§ **What is needed**: Each record must be repeated exactly as it stands.

§ **The input**:
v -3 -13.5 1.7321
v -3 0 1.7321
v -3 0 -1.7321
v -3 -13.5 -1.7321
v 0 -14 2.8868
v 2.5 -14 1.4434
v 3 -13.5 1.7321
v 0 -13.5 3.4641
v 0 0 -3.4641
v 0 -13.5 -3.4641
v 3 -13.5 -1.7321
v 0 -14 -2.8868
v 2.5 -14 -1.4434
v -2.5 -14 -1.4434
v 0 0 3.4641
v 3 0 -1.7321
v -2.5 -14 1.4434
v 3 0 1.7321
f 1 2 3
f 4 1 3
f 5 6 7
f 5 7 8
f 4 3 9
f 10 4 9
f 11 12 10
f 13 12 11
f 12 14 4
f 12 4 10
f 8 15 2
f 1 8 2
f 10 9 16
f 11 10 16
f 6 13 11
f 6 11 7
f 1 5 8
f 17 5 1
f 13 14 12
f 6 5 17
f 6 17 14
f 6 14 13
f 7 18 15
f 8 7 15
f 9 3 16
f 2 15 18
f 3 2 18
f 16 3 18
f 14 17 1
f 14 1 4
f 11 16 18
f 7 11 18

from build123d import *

# Parameters (mm, degrees)
F1_DEPTH = 14
F2_SIZE  = 0.5


with BuildPart() as f1:
    # F0 (on Front) → F1 (new body)
    with BuildSketch(Plane.XZ):
        Polygon((3, -1.732051), (3, 1.732051), (0, 3.464102), (-3, 1.732051), (-3, -1.732051), (0, -3.464102), align=None)
    extrude(amount=F1_DEPTH)

    # F2
    f2_edges = [f1.edges().sort_by_distance(p)[0] for p in [
        (-1.5, -14, 2.598076),
        (-3, -14, 0),
        (-1.5, -14, -2.598076),
        (1.5, -14, -2.598076),
        (3, -14, 0),
        (1.5, -14, 2.598076),
    ]]
    chamfer(f2_edges, length=F2_SIZE)


solid = f1.part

§ **Solved problem**:
v -3 -13.5 1.7321
v -3 0 1.7321
v -3 0 -1.7321
v -3 -13.5 -1.7321
v 0 -14 2.8868
v 2.5 -14 1.4434
v 3 -13.5 1.7321
v 0 -13.5 3.4641
v 0 0 -3.4641
v 0 -13.5 -3.4641
v 3 -13.5 -1.7321
v 0 -14 -2.8868
v 2.5 -14 -1.4434
v -2.5 -14 -1.4434
v 0 0 3.4641
v 3 0 -1.7321
v -2.5 -14 1.4434
v 3 0 1.7321
f 1 2 3
f 4 1 3
f 5 6 7
f 5 7 8
f 4 3 9
f 10 4 9
f 11 12 10
f 13 12 11
f 12 14 4
f 12 4 10
f 8 15 2
f 1 8 2
f 10 9 16
f 11 10 16
f 6 13 11
f 6 11 7
f 1 5 8
f 17 5 1
f 13 14 12
f 6 5 17
f 6 17 14
f 6 14 13
f 7 18 15
f 8 7 15
f 9 3 16
f 2 15 18
f 3 2 18
f 16 3 18
f 14 17 1
f 14 1 4
f 11 16 18
f 7 11 18

from build123d import *

# Parameters (mm, degrees)
F1_DEPTH = 14
F2_SIZE  = 0.5


with BuildPart() as f1:
    # F0 (on Front) → F1 (new body)
    with BuildSketch(Plane.XZ):
        Polygon((3, -1.732051), (3, 1.732051), (0, 3.464102), (-3, 1.732051), (-3, -1.732051), (0, -3.464102), align=None)
    extrude(amount=F1_DEPTH)

    # F2
    f2_edges = [f1.edges().sort_by_distance(p)[0] for p in [
        (-1.5, -14, 2.598076),
        (-3, -14, 0),
        (-1.5, -14, -2.598076),
        (1.5, -14, -2.598076),
        (3, -14, 0),
        (1.5, -14, 2.598076),
    ]]
    chamfer(f2_edges, length=F2_SIZE)


solid = f1.part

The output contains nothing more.